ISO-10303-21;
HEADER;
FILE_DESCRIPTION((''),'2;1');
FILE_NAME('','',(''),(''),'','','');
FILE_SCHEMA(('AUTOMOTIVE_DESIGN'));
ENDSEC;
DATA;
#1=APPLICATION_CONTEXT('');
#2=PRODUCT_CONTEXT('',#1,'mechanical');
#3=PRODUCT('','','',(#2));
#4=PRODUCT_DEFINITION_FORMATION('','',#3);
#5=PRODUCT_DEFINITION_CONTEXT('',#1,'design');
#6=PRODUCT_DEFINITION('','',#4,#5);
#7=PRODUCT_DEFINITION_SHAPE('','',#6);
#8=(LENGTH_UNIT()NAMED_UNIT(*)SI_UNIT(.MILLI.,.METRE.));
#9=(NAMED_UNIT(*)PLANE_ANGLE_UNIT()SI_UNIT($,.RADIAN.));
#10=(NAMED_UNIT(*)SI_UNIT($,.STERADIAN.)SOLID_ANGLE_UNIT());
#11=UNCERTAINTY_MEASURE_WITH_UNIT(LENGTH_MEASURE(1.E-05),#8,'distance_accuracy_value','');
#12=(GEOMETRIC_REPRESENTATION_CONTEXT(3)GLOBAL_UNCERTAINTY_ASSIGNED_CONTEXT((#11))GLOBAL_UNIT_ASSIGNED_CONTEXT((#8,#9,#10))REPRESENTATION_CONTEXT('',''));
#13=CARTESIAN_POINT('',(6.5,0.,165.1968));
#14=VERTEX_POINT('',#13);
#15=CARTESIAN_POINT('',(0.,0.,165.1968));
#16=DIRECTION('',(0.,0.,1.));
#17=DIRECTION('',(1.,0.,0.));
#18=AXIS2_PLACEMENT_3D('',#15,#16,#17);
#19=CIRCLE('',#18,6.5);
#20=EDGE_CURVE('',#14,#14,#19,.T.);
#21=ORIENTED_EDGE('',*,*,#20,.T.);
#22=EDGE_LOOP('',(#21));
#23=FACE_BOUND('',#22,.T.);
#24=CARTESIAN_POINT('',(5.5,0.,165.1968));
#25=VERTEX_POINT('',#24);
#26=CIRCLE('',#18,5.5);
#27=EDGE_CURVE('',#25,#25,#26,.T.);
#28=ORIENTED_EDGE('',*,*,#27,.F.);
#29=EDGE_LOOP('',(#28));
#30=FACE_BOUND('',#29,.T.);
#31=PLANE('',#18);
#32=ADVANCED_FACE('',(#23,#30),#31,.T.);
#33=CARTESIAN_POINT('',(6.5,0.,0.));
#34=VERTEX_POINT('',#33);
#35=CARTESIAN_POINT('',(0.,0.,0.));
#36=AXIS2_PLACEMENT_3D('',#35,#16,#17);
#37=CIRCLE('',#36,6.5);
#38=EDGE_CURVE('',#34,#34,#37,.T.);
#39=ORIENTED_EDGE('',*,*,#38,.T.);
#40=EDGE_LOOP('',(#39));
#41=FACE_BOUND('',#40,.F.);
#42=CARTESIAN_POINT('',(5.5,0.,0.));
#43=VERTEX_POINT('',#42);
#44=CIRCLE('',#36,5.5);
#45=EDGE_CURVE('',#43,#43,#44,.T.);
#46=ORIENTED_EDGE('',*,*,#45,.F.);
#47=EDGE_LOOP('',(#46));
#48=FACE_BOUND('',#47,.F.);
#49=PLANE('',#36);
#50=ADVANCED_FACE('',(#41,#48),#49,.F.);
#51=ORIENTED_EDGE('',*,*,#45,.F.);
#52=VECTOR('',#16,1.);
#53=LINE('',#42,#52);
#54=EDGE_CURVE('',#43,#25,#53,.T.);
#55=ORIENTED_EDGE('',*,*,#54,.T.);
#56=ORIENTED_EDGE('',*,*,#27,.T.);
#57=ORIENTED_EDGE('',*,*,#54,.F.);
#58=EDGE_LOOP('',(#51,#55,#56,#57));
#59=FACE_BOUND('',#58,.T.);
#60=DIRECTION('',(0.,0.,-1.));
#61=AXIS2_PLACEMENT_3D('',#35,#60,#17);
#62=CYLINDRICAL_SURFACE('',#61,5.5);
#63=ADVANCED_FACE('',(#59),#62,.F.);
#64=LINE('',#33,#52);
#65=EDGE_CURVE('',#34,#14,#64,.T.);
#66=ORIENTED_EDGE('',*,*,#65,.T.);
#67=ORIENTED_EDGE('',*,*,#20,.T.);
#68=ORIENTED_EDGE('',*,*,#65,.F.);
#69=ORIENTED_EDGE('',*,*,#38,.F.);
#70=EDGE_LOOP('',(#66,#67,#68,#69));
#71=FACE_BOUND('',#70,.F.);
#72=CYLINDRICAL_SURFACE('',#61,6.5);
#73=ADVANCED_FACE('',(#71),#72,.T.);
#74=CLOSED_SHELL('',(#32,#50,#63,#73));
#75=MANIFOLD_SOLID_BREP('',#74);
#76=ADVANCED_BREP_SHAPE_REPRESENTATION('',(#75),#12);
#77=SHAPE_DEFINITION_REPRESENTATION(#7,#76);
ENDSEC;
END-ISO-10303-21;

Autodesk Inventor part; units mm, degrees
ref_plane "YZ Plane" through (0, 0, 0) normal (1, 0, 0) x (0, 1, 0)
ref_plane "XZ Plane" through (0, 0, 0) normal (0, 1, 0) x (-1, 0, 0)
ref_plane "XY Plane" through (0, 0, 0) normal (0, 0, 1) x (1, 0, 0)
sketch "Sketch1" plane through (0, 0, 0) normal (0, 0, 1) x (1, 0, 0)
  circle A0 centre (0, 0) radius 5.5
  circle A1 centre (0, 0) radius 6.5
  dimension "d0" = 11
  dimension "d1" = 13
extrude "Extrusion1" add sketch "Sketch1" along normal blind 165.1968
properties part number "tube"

****************

* **TASK GOAL**
Would you copy, unchanged, the stretch of the records above that begins at the line containing "#16=DIRECTION('',(0.,0.,1.));" and ends at the line containing "#59=FACE_BOUND('',#58,.T.);", and only that?

* **EXPECTED OUTPUT**
#16=DIRECTION('',(0.,0.,1.));
#17=DIRECTION('',(1.,0.,0.));
#18=AXIS2_PLACEMENT_3D('',#15,#16,#17);
#19=CIRCLE('',#18,6.5);
#20=EDGE_CURVE('',#14,#14,#19,.T.);
#21=ORIENTED_EDGE('',*,*,#20,.T.);
#22=EDGE_LOOP('',(#21));
#23=FACE_BOUND('',#22,.T.);
#24=CARTESIAN_POINT('',(5.5,0.,165.1968));
#25=VERTEX_POINT('',#24);
#26=CIRCLE('',#18,5.5);
#27=EDGE_CURVE('',#25,#25,#26,.T.);
#28=ORIENTED_EDGE('',*,*,#27,.F.);
#29=EDGE_LOOP('',(#28));
#30=FACE_BOUND('',#29,.T.);
#31=PLANE('',#18);
#32=ADVANCED_FACE('',(#23,#30),#31,.T.);
#33=CARTESIAN_POINT('',(6.5,0.,0.));
#34=VERTEX_POINT('',#33);
#35=CARTESIAN_POINT('',(0.,0.,0.));
#36=AXIS2_PLACEMENT_3D('',#35,#16,#17);
#37=CIRCLE('',#36,6.5);
#38=EDGE_CURVE('',#34,#34,#37,.T.);
#39=ORIENTED_EDGE('',*,*,#38,.T.);
#40=EDGE_LOOP('',(#39));
#41=FACE_BOUND('',#40,.F.);
#42=CARTESIAN_POINT('',(5.5,0.,0.));
#43=VERTEX_POINT('',#42);
#44=CIRCLE('',#36,5.5);
#45=EDGE_CURVE('',#43,#43,#44,.T.);
#46=ORIENTED_EDGE('',*,*,#45,.F.);
#47=EDGE_LOOP('',(#46));
#48=FACE_BOUND('',#47,.F.);
#49=PLANE('',#36);
#50=ADVANCED_FACE('',(#41,#48),#49,.F.);
#51=ORIENTED_EDGE('',*,*,#45,.F.);
#52=VECTOR('',#16,1.);
#53=LINE('',#42,#52);
#54=EDGE_CURVE('',#43,#25,#53,.T.);
#55=ORIENTED_EDGE('',*,*,#54,.T.);
#56=ORIENTED_EDGE('',*,*,#27,.T.);
#57=ORIENTED_EDGE('',*,*,#54,.F.);
#58=EDGE_LOOP('',(#51,#55,#56,#57));
#59=FACE_BOUND('',#58,.T.);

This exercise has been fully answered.